You've got some good stuff here, really.  Some interesting subject matter and some pretty nice shots overall.  If I had a suggestion it would be to do some reading on composition.  Do a google search for example on the "Rule of Thirds", familiarize yourself with the "rules" for composing pictures and then use the "rules" that work best for each photograph to give you the best composition.  In some cases you'll probably find that you'll end up "breaking" all the "rules" too, but that's ok.  Really it comes down to what produces the best, most interesting final result.


----------



## Raj_55555 (Aug 6, 2015)

I just love the first two, great work Fiji!


----------



## Fiji-Fujii (Aug 7, 2015)

@robbins.photo: Thank you very much for the tips!  I always thought there was a little something off in a few of my pictures, but because I'm a total noob, I could never put my finger on it. I'll see that I'll read into all the things you listed, and make use of them during my next shoot, whenever that will be. 

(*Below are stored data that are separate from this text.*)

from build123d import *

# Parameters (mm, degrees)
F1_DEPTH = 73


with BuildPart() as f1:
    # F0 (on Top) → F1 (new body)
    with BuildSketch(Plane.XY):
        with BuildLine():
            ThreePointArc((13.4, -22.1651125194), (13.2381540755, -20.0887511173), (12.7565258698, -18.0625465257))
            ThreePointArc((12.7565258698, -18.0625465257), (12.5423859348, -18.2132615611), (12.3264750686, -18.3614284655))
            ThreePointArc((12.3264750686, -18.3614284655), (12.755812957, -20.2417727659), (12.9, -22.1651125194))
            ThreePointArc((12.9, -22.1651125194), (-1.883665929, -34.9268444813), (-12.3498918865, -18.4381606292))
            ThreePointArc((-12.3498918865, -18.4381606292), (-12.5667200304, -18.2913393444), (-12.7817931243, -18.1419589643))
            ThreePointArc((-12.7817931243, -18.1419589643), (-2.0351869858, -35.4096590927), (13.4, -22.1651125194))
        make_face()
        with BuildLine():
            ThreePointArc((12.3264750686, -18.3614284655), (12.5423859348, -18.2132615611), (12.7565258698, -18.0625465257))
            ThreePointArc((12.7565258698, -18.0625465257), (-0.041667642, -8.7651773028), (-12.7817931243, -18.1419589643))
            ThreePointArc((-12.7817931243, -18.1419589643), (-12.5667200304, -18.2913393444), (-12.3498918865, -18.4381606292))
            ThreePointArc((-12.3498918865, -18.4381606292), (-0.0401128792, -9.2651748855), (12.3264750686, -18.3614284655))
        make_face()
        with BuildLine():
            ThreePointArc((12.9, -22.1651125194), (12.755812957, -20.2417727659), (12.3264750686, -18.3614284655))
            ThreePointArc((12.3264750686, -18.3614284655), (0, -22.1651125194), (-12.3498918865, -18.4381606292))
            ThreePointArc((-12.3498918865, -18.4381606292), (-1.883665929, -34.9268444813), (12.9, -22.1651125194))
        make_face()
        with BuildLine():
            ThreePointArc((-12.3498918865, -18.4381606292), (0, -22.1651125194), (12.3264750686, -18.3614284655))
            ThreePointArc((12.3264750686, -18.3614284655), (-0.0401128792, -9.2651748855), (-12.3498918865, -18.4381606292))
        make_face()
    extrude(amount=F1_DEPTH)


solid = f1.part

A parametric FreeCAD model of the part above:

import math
import FreeCAD as App
import Part
import Sketcher

V = App.Vector

doc = App.newDocument("Part")
body = doc.addObject("PartDesign::Body", "Body")

sketch1 = body.newObject("Sketcher::SketchObject", "Sketch")
sketch1.AttachmentSupport = (doc.getObject("XY_Plane"), [""])
sketch1.MapMode = "FlatFace"
sketch1.addGeometry([
    Part.ArcOfCircle(Part.Circle(V(0, -22.165113, 0), V(0, 0, 1), 13.4), math.radians(0), math.radians(17.828065)),
    Part.ArcOfCircle(Part.Circle(V(0, -22.165113, 0), V(0, 0, 1), 13.4), math.radians(17.828065), math.radians(162.528261)),
    Part.ArcOfCircle(Part.Circle(V(0, -22.165113, 0), V(0, 0, 1), 13.4), math.radians(162.528261), math.radians(360)),
], False)
sketch1.addConstraint([
    Sketcher.Constraint("Tangent", 0, 2, 1, 1),
    Sketcher.Constraint("Tangent", 1, 2, 2, 1),
    Sketcher.Constraint("Tangent", 2, 2, 0, 1),
    Sketcher.Constraint("PointOnObject", 0, 3, -2),
    Sketcher.Constraint("Horizontal", 1, 3, 2, 2),
    Sketcher.Constraint("Radius", 0, 13.4),
    Sketcher.Constraint("DistanceY", 1, 2, -1, 1, 18.141959),
    Sketcher.Constraint("DistanceX", 1, 2, 0, 2, 25.538319),
    Sketcher.Constraint("DistanceY", 0, 3, -1, 1, 22.165113),
])
pad1 = body.newObject("PartDesign::Pad", "Pad")
pad1.Profile = sketch1
pad1.Length = 73

doc.recompute()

@Raj_55555: Thank you kindly, I'm glad you like them!


----------



## robbins.photo (Aug 7, 2015)

Fiji-Fujii said:


> @robbins.photo: Thank you very much for the tips!  I always thought there was a little something off in a few of my pictures, but because I'm a total noob, I could never put my finger on it. I'll see that I'll read into all the things you listed, and make use of them during my next shoot, whenever that will be.
> 
> @Raj_55555: Thank you kindly, I'm glad you like them!

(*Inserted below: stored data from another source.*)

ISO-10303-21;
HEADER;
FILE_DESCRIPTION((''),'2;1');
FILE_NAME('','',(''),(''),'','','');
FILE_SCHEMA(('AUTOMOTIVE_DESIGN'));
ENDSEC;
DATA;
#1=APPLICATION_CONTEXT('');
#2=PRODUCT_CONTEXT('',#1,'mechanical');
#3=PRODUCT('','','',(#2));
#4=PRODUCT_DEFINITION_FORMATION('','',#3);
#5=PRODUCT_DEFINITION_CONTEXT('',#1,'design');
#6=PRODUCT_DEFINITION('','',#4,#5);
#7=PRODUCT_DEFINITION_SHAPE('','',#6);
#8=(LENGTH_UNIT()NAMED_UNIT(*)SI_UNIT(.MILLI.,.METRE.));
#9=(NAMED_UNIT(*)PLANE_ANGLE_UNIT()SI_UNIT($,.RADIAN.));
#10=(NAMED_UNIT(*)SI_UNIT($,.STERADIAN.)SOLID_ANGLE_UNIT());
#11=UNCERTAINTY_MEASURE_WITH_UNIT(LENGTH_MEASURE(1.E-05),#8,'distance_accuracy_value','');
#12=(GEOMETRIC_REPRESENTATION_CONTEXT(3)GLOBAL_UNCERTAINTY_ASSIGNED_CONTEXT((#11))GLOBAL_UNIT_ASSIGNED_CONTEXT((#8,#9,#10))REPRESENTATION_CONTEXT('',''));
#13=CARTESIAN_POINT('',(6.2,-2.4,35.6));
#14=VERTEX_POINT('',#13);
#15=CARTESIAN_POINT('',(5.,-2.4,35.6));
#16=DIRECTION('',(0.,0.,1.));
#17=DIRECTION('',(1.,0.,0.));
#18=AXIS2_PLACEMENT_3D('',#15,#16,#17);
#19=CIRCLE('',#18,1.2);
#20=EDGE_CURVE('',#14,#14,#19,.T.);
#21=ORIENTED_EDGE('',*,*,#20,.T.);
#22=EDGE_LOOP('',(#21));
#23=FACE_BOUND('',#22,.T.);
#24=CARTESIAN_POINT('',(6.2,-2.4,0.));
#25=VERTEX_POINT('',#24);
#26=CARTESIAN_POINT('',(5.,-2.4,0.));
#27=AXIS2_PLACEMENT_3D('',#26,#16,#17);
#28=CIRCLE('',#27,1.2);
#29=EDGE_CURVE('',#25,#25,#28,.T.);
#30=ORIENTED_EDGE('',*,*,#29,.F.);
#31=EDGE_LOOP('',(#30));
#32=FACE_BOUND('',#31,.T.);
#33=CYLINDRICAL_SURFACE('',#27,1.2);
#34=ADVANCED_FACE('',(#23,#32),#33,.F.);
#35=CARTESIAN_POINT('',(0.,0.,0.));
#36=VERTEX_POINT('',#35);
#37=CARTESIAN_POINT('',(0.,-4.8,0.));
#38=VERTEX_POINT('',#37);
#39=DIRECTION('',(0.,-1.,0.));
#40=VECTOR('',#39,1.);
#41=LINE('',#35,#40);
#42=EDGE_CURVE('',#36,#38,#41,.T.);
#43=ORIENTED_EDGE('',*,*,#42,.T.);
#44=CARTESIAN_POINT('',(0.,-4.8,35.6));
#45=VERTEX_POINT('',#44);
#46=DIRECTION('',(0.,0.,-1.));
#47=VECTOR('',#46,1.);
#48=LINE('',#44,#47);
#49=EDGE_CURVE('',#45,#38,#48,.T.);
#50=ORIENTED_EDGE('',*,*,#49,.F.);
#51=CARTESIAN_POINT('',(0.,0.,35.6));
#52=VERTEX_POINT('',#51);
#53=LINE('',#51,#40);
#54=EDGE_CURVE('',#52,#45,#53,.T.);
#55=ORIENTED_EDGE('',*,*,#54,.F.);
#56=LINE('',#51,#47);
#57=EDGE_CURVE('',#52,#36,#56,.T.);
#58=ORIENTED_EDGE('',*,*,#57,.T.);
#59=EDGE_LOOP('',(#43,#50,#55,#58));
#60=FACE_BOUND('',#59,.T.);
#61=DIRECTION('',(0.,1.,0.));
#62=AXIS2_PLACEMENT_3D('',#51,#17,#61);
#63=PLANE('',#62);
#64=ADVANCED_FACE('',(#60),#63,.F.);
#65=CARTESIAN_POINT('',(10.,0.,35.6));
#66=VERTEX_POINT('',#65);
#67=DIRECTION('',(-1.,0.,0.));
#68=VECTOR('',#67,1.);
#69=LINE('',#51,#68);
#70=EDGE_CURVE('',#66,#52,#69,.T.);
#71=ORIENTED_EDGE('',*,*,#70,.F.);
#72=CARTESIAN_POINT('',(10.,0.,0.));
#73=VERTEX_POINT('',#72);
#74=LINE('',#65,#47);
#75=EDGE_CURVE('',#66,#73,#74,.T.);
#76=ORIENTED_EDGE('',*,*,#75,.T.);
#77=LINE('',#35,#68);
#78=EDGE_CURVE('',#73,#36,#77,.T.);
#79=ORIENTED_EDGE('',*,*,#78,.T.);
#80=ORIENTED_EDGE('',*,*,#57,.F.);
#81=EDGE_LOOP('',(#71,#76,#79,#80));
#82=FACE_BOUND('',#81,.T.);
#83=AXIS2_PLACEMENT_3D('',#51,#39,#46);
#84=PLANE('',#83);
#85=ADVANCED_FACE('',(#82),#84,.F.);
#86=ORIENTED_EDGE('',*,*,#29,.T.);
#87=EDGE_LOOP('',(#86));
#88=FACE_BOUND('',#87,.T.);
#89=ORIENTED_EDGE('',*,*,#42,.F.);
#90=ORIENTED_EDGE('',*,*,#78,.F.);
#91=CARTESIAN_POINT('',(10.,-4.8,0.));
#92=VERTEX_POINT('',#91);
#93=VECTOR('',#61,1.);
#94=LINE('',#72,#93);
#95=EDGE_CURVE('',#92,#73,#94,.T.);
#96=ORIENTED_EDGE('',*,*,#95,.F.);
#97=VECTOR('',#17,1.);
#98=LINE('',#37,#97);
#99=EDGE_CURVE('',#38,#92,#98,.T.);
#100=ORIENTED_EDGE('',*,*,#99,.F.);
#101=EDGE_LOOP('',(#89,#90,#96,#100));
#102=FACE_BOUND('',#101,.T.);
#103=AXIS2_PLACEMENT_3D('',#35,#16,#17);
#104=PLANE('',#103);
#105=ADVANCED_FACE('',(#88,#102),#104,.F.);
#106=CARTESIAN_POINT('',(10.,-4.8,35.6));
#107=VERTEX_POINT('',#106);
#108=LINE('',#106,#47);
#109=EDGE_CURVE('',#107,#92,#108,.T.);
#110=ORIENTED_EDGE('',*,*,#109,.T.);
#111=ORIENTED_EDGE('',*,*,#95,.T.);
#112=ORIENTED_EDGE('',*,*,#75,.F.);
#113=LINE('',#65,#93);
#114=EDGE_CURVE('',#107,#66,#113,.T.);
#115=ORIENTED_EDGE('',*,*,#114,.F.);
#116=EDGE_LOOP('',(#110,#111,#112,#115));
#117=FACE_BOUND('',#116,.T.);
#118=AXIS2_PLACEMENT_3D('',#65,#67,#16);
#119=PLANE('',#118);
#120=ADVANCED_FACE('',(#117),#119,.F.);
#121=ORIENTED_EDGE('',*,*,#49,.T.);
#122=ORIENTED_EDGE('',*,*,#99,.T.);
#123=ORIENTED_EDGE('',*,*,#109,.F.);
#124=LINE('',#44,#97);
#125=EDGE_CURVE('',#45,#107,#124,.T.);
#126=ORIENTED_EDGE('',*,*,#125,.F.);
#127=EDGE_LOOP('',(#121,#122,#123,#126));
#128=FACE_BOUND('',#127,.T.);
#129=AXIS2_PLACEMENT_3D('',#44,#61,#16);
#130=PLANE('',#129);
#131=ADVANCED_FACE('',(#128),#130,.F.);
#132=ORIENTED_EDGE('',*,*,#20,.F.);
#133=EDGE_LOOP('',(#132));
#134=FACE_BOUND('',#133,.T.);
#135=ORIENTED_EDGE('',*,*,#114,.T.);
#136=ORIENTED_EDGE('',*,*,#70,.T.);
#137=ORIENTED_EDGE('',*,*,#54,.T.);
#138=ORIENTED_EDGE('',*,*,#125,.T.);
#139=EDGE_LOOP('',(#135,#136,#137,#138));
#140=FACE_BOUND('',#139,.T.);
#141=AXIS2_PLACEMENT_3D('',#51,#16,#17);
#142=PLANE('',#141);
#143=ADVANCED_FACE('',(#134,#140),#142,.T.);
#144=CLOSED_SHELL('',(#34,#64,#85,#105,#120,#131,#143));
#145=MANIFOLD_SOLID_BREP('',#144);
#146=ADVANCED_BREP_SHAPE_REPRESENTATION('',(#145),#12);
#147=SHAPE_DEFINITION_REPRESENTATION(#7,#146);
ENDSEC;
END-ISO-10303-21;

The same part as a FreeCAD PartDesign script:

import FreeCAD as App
import Part
import Sketcher

V = App.Vector
Q = App.Units.Quantity


def add_polygon(sketch, points):
    """Adds a closed chain of lines whose ends are joined by coincident constraints."""
    first, n = sketch.GeometryCount, len(points)
    for a, b in zip(points, points[1:] + points[:1]):
        sketch.addGeometry(Part.LineSegment(App.Vector(*a, 0), App.Vector(*b, 0)), False)
    for i in range(n):
        sketch.addConstraint(Sketcher.Constraint("Coincident", first + i, 2, first + (i + 1) % n, 1))

doc = App.newDocument("Part")
body = doc.addObject("PartDesign::Body", "Body")

sketch1 = body.newObject("Sketcher::SketchObject", "Sketch")
sketch1.AttachmentSupport = (doc.getObject("XY_Plane"), [""])
sketch1.MapMode = "FlatFace"
add_polygon(sketch1, [(0, 0), (0, -4.8), (10, -4.8), (10, 0)])
sketch1.addConstraint([
    Sketcher.Constraint("Vertical", 0),
    Sketcher.Constraint("Horizontal", 1),
    Sketcher.Constraint("Vertical", 2),
    Sketcher.Constraint("Horizontal", 3),
    Sketcher.Constraint("Coincident", 3, 2, -1, 1),
    Sketcher.Constraint("DistanceX", 1, 1, 1, 2, Q("10 mm")),
    Sketcher.Constraint("DistanceY", 0, 2, 0, 1, Q("4.8 mm")),
])
pad1 = body.newObject("PartDesign::Pad", "Pad")
pad1.Profile = sketch1
pad1.Length = 35.6

sketch2 = body.newObject("Sketcher::SketchObject", "Sketch001")
sketch2.AttachmentSupport = (doc.getObject("XY_Plane"), [""])
sketch2.MapMode = "FlatFace"
sketch2.AttachmentOffset = App.Placement(V(0, 0, 35.6), App.Rotation())
sketch2.addGeometry(Part.Circle(V(5, -2.4, 0), V(0, 0, 1), 1.2), False)
sketch2.addConstraint([
    Sketcher.Constraint("Diameter", 0, Q("2.4 mm")),
    Sketcher.Constraint("DistanceX", -1, 1, 0, 3, Q("5 mm")),
    Sketcher.Constraint("DistanceY", 0, 3, -1, 1, Q("2.4 mm")),
])
pocket1 = body.newObject("PartDesign::Pocket", "Pocket")
pocket1.Profile = sketch2
pocket1.Type = "ThroughAll"

doc.recompute()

No worries, always happy to help.  Big thing is to just enjoy shooting.  As long as your happy with the final outcome, that's all that really matters.


----------



## Fiji-Fujii (Aug 9, 2015)

Here are my two newest pictures, shot them in my garden because apparently, all kinds of invertebrates love it there. 

#1: A couple of *Forest Bugs* (_Pentatoma rufipes_). Not as happy with this picture as I am with the one below, because some parts of their bodies are out of focus. It's been really hot outside though, we have almost 40°C (104°F) here these days and I just didn't have the nerves to try and make this look right or at least a little bit better. xD



 

#2: Black *White Cross Spider* (_Araneus diademata_). I've never seen them in black before, only in brown. (Posted one of those before.) It threw its front legs in the air when it saw me approaching, almost as if to tell me to stay away. Quite the aggressive lil' bugger, this one. But beautiful nontheless.


----------



## Overread (Aug 9, 2015)

What camera and lens did you use for these shots and did you use flash? In addition do you know what the aperture was for both (shutter speed and ISO helps too). The more detail you give the better one can give feedback (check the link in my signature its got one to a good resource on how to post for critique).


----------



## Fiji-Fujii (Aug 9, 2015)

Overread said:


> What camera and lens did you use for these shots and did you use flash? In addition do you know what the aperture was for both (shutter speed and ISO helps too). The more detail you give the better one can give feedback (check the link in my signature its got one to a good resource on how to post for critique).


_Camera + lens used:_ Sony SLT-A58 + DT 3.5-5.6/18-55 SAM II, 0.25m/0.82ft, ⌀55 (I wrote that at the very top of the thread, thought that was enough, haha! I'll remember adding it to each new post from now on.)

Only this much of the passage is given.